The costume of the men differs but little from the ordinary costume of the lower-class Persians. Like all the people in these Mohammedan countries, who realize the weakness of their position as a small body among a fanatical population, the Teheran guebres have long been accustomed to consider themselves as under the protecting shadow of the English Legation; whenever they meet a "Sahib" on the street, they seem to expect a nod of recognition.
Among the people who awaken special interest in Europeans here, may be mentioned Ayoob Khan, and his little retinue of attendants, who may be seen on the streets almost any day. Ayoob Khan is in exile here at Teheran in accordance with some mutual arrangement between the English and Persian governments. On almost any afternoon, about four o'clock, he may be met with riding a fine, large chestnut stallion, accompanied by another Afghan on an iron gray. I have never seen them riding faster than a walk, and they are almost always accompanied by four foot-runners, also Afghans, two of whom walk behind their chieftain and two before. These runners carry stout staves with which to warn off mendicants, and with a view to making it uncomfortable for any irrepressible Persian rowdy who should offer any insults. Both Ayoob Khan and his attendants retain their national costume, the main distinguishing features being a huge turban with about two feet of the broad band left dangling down behind; besides this, they wear white cotton pantalettes even in mid-winter. They wear European shoes and overcoats, as though they had profited by their intercourse with Anglo-Indians to the extent of at least shoes and coat. The foot-runners have their legs below the knee bound tightly with strips of dark felt. Judging from outward appearances, Ayoob Khan wears his exile lightly, for his rotund countenance looks pleasant always, and I have never yet met him when he was not chatting gayly with his companion.
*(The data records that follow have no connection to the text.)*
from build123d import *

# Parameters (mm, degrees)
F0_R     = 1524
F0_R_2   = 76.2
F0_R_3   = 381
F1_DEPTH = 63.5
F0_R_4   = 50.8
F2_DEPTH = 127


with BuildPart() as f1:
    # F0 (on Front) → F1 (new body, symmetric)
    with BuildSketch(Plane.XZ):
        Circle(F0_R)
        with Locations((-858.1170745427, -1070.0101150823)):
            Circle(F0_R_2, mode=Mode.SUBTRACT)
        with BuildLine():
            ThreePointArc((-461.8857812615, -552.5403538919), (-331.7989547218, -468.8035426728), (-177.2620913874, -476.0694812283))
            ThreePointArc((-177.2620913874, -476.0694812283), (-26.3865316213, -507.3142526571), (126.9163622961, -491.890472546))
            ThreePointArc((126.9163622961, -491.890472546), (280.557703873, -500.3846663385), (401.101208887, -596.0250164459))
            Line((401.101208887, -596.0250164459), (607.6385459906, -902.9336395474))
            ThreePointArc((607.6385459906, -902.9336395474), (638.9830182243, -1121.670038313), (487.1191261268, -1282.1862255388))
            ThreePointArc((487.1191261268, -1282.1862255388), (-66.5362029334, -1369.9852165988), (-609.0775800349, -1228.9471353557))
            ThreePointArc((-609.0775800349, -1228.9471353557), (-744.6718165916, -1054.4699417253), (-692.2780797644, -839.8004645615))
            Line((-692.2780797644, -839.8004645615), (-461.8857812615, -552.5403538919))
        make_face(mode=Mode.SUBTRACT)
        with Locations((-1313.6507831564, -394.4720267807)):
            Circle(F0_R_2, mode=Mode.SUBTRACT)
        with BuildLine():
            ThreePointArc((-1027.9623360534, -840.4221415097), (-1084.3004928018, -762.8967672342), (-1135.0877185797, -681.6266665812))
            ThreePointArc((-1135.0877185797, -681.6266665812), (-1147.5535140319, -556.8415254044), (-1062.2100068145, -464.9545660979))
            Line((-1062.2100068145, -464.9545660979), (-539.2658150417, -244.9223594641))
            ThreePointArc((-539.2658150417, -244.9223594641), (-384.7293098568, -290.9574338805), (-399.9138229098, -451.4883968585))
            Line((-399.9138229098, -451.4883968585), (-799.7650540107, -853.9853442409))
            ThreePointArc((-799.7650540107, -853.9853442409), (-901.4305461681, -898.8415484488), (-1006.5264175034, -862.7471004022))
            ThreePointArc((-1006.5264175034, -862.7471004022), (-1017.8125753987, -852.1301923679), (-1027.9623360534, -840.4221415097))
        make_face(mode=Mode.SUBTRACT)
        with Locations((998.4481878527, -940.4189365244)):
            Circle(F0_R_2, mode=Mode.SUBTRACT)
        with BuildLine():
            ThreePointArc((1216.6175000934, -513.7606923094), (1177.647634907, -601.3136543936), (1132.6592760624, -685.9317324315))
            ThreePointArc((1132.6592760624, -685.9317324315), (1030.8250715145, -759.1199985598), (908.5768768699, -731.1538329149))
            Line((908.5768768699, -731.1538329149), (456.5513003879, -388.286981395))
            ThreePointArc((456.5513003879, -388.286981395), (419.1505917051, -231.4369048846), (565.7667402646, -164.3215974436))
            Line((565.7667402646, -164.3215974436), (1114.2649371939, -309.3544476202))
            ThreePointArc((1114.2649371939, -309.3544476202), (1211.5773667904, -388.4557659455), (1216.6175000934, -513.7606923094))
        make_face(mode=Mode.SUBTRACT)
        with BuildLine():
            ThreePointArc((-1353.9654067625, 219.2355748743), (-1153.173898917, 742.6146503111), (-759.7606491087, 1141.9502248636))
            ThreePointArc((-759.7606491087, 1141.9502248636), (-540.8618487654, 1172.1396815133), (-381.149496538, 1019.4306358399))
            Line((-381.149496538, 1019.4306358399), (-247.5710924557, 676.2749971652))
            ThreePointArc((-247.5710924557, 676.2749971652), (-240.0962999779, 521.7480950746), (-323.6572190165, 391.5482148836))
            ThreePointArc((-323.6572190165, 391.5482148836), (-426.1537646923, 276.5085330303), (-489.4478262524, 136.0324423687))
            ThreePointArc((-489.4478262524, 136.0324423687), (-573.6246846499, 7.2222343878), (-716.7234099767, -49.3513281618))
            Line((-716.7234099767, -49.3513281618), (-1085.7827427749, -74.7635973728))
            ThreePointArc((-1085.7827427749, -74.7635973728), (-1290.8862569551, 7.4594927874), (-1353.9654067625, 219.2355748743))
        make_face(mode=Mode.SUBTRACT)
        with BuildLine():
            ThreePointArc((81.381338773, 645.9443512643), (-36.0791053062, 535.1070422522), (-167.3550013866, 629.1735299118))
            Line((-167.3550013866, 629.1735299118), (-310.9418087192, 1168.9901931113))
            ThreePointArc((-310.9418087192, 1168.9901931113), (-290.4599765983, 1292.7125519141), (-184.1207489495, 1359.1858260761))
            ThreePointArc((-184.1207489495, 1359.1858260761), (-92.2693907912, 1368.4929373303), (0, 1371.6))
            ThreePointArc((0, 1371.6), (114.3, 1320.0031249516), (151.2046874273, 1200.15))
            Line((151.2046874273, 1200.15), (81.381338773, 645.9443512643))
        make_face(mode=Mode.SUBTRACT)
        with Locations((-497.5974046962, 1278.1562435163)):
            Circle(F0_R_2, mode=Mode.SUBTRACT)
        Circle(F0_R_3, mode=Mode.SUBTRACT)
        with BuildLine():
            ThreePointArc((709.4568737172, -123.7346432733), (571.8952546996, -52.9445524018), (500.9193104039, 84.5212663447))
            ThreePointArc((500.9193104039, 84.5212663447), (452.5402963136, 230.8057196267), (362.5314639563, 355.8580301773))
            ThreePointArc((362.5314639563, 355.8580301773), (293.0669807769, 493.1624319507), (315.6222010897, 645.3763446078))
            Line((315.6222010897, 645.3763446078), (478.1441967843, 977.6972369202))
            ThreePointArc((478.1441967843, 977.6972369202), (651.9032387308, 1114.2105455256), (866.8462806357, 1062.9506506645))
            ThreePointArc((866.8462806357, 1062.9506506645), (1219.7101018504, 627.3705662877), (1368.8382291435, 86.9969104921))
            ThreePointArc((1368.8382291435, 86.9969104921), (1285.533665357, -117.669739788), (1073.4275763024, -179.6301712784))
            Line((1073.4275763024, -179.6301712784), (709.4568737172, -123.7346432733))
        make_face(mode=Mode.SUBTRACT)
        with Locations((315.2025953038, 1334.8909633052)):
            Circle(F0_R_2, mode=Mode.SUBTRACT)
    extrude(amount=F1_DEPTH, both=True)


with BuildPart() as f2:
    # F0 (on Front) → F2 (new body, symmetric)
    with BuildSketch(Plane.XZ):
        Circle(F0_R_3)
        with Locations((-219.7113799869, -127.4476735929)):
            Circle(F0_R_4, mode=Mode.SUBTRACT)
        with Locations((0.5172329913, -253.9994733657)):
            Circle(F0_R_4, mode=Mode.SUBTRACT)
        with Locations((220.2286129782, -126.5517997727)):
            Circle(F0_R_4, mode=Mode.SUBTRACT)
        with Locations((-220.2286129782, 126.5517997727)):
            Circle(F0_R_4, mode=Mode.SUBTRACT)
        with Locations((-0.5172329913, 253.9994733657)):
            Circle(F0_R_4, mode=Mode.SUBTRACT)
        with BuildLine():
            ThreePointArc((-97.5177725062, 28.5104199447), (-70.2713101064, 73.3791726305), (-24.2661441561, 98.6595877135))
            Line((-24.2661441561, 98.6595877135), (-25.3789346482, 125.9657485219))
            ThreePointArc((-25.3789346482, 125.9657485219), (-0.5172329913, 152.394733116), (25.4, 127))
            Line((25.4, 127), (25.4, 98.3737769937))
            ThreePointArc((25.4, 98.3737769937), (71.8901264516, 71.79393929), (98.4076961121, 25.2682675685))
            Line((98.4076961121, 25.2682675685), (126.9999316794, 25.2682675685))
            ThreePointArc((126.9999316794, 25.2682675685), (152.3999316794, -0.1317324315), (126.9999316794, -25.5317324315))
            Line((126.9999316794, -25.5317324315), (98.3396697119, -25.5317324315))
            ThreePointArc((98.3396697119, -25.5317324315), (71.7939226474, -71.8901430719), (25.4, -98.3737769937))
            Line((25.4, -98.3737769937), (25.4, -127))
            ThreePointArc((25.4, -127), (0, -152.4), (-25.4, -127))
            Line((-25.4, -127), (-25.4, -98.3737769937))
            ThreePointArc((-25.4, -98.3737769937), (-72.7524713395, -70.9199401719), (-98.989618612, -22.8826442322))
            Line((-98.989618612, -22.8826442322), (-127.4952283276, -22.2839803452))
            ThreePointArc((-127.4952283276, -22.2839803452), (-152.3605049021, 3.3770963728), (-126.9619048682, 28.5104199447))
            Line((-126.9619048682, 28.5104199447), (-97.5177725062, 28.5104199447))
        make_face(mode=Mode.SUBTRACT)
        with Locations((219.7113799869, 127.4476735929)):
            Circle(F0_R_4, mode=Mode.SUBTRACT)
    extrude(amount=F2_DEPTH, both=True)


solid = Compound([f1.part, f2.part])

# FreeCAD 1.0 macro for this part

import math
import FreeCAD as App
import Part
import Sketcher

V = App.Vector
Q = App.Units.Quantity

doc = App.newDocument("Part")
body = doc.addObject("PartDesign::Body", "Body")

sketch1 = body.newObject("Sketcher::SketchObject", "Sketch")
sketch1.AttachmentSupport = (doc.getObject("XZ_Plane"), [""])
sketch1.MapMode = "FlatFace"
sketch1.addGeometry(Part.Circle(V(0, 0, 0), V(0, 0, 1), 1524), False)
sketch1.addGeometry(Part.Circle(V(-858.117075, -1070.010115, 0), V(0, 0, 1), 76.2), False)
sketch1.addGeometry(Part.LineSegment(V(-692.27808, -839.800465, 0), V(-461.885781, -552.540354, 0)), False)
sketch1.addGeometry(Part.ArcOfCircle(Part.Circle(V(-265.893137, -714.104222, 0), V(0, 0, 1), 254), math.radians(69.577437), math.radians(140.5)), False)
sketch1.addGeometry(Part.ArcOfCircle(Part.Circle(V(0, 0, 0), V(0, 0, 1), 508), math.radians(-110.422563), math.radians(-75.53223)), False)
sketch1.addGeometry(Part.ArcOfCircle(Part.Circle(V(190.374543, -737.835709, 0), V(0, 0, 1), 254), math.radians(33.93899), math.radians(104.46777)), False)
sketch1.addGeometry(Part.LineSegment(V(401.101209, -596.025016, 0), V(607.638546, -902.93364, 0)), False)
sketch1.addGeometry(Part.ArcOfCircle(Part.Circle(V(396.911881, -1044.744332, 0), V(0, 0, 1), 254), math.radians(-69.197568), math.radians(33.93899)), False)
sketch1.addGeometry(Part.ArcOfCircle(Part.Circle(V(0, 0, 0), V(0, 0, 1), 1371.6), math.radians(-116.363441), math.radians(-69.197568)), False)
sketch1.addGeometry(Part.ArcOfCircle(Part.Circle(V(-496.285436, -1001.364333, 0), V(0, 0, 1), 254), math.radians(140.5), math.radians(243.636559)), False)
sketch1.addGeometry(Part.Circle(V(-1313.650783, -394.472027, 0), V(0, 0, 1), 76.2), False)
sketch1.addGeometry(Part.ArcOfCircle(Part.Circle(V(-907.882885, -746.5782, 0), V(0, 0, 1), 152.4), math.radians(-141.991826), math.radians(-130.335882)), False)
sketch1.addGeometry(Part.ArcOfCircle(Part.Circle(V(52.752725, 4.173333, 0), V(0, 0, 1), 1371.6), math.radians(-150), math.radians(-141.991826)), False)
sketch1.addGeometry(Part.ArcOfCircle(Part.Circle(V(-1003.105447, -605.426667, 0), V(0, 0, 1), 152.4), math.radians(112.819244), math.radians(210)), False)
sketch1.addGeometry(Part.LineSegment(V(-1062.210007, -464.954566, 0), V(-539.265815, -244.922359, 0)), False)
sketch1.addGeometry(Part.ArcOfCircle(Part.Circle(V(-490.012015, -361.982443, 0), V(0, 0, 1), 127), math.radians(-44.81107), math.radians(112.819244)), False)
sketch1.addGeometry(Part.LineSegment(V(-399.913823, -451.488397, 0), V(-799.765054, -853.985344, 0)), False)
sketch1.addGeometry(Part.ArcOfCircle(Part.Circle(V(-907.882885, -746.5782, 0), V(0, 0, 1), 152.4), math.radians(-130.335882), math.radians(-44.81107)), False)
sketch1.addGeometry(Part.Circle(V(998.448188, -940.418937, 0), V(0, 0, 1), 76.2), False)
sketch1.addGeometry(Part.Circle(V(0, 0, 0), V(0, 0, 1), 381), False)
sketch1.addGeometry(Part.ArcOfCircle(Part.Circle(V(1075.306537, -456.690808, 0), V(0, 0, 1), 152.4), math.radians(-21.991826), math.radians(75.18893)), False)
sketch1.addGeometry(Part.ArcOfCircle(Part.Circle(V(-55.181168, -0.131732, 0), V(0, 0, 1), 1371.6), math.radians(-30), math.radians(-21.991826)), False)
sketch1.addGeometry(Part.ArcOfCircle(Part.Circle(V(1000.677005, -609.731732, 0), V(0, 0, 1), 152.4), math.radians(-127.180756), math.radians(-30)), False)
sketch1.addGeometry(Part.LineSegment(V(908.576877, -731.153833, 0), V(456.5513, -388.286981, 0)), False)
sketch1.addGeometry(Part.ArcOfCircle(Part.Circle(V(533.301407, -287.101898, 0), V(0, 0, 1), 127), math.radians(75.18893), math.radians(232.819244)), False)
sketch1.addGeometry(Part.LineSegment(V(565.76674, -164.321597, 0), V(1114.264937, -309.354448, 0)), False)
sketch1.addGeometry(Part.ArcOfCircle(Part.Circle(V(-1103.231072, 178.636394, 0), V(0, 0, 1), 254), math.radians(170.802432), math.radians(273.93899)), False)
sketch1.addGeometry(Part.ArcOfCircle(Part.Circle(V(0, 0, 0), V(0, 0, 1), 1371.6), math.radians(123.636559), math.radians(170.802432)), False)
sketch1.addGeometry(Part.ArcOfCircle(Part.Circle(V(-619.064233, 930.477961, 0), V(0, 0, 1), 254), math.radians(20.5), math.radians(123.636559)), False)
sketch1.addGeometry(Part.LineSegment(V(-381.149497, 1019.430636, 0), V(-247.571092, 676.274997, 0)), False)
sketch1.addGeometry(Part.ArcOfCircle(Part.Circle(V(-485.485829, 587.322322, 0), V(0, 0, 1), 254), math.radians(-50.422563), math.radians(20.5)), False)
sketch1.addGeometry(Part.ArcOfCircle(Part.Circle(V(0, 0, 0), V(0, 0, 1), 508), math.radians(129.577437), math.radians(164.46777)), False)
sketch1.addGeometry(Part.ArcOfCircle(Part.Circle(V(-734.171739, 204.048664, 0), V(0, 0, 1), 254), math.radians(-86.06101), math.radians(-15.53223)), False)
sketch1.addGeometry(Part.LineSegment(V(-716.72341, -49.351328, 0), V(-1085.782743, -74.763597, 0)), False)
sketch1.addGeometry(Part.LineSegment(V(151.204687, 1200.15, 0), V(81.381339, 645.944351, 0)), False)
sketch1.addGeometry(Part.ArcOfCircle(Part.Circle(V(-44.622567, 661.819351, 0), V(0, 0, 1), 127), math.radians(-165.104689), math.radians(-7.180756)), False)
sketch1.addGeometry(Part.LineSegment(V(-167.355001, 629.17353, 0), V(-310.941809, 1168.990193, 0)), False)
sketch1.addGeometry(Part.ArcOfCircle(Part.Circle(V(-163.662888, 1208.165179, 0), V(0, 0, 1), 152.4), math.radians(97.714556), math.radians(194.895311)), False)
sketch1.addGeometry(Part.ArcOfCircle(Part.Circle(V(0, 0, 0), V(0, 0, 1), 1371.6), math.radians(90), math.radians(97.714556)), False)
sketch1.addGeometry(Part.ArcOfCircle(Part.Circle(V(0, 1219.2, 0), V(0, 0, 1), 152.4), math.radians(-7.180756), math.radians(90)), False)
sketch1.addGeometry(Part.Circle(V(-497.597405, 1278.156244, 0), V(0, 0, 1), 76.2), False)
sketch1.addGeometry(Part.LineSegment(V(1073.427576, -179.630171, 0), V(709.456874, -123.734643, 0)), False)
sketch1.addGeometry(Part.ArcOfCircle(Part.Circle(V(751.378966, 126.7819, 0), V(0, 0, 1), 254), math.radians(-170.422563), math.radians(-99.5)), False)
sketch1.addGeometry(Part.ArcOfCircle(Part.Circle(V(0, 0, 0), V(0, 0, 1), 508), math.radians(9.577437), math.radians(44.46777)), False)
sketch1.addGeometry(Part.ArcOfCircle(Part.Circle(V(543.797196, 533.787045, 0), V(0, 0, 1), 254), math.radians(153.93899), math.radians(224.46777)), False)
sketch1.addGeometry(Part.LineSegment(V(315.622201, 645.376345, 0), V(478.144197, 977.697237, 0)), False)
sketch1.addGeometry(Part.ArcOfCircle(Part.Circle(V(706.319192, 866.107938, 0), V(0, 0, 1), 254), math.radians(50.802432), math.radians(153.93899)), False)
sketch1.addGeometry(Part.ArcOfCircle(Part.Circle(V(0, 0, 0), V(0, 0, 1), 1371.6), math.radians(3.636559), math.radians(50.802432)), False)
sketch1.addGeometry(Part.ArcOfCircle(Part.Circle(V(1115.349668, 70.886372, 0), V(0, 0, 1), 254), math.radians(-99.5), math.radians(3.636559)), False)
sketch1.addGeometry(Part.Circle(V(315.202595, 1334.890963, 0), V(0, 0, 1), 76.2), False)
sketch1.addConstraint(Sketcher.Constraint("Coincident", 2, 2, 3, 2))
sketch1.addConstraint(Sketcher.Constraint("Tangent", 3, 1, 4, 1))
sketch1.addConstraint(Sketcher.Constraint("Tangent", 4, 2, 5, 2))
Of the interesting scenes and characters to be seen every day on the streets of Teheran, their name is legion. The peregrinating tchai-venders, who, with their little cabinet of tea and sugar in one hand, and samovar with live charcoals in the other, wander about the city picking up stray customers, for whom they are prepared to make a glass of hot tea at one minute's notice; the scores of weird-looking mendicants and dervishes with their highly fantastic costumes, assailing you with "huk, yah huk," the barbers shaving the heads of their customers on the public streets - shaving their pates clean, save little tufts to enable Mohammed to pull them up to Paradise; and many others the description and enumeration of which would, of themselves, fill a good-sized volume.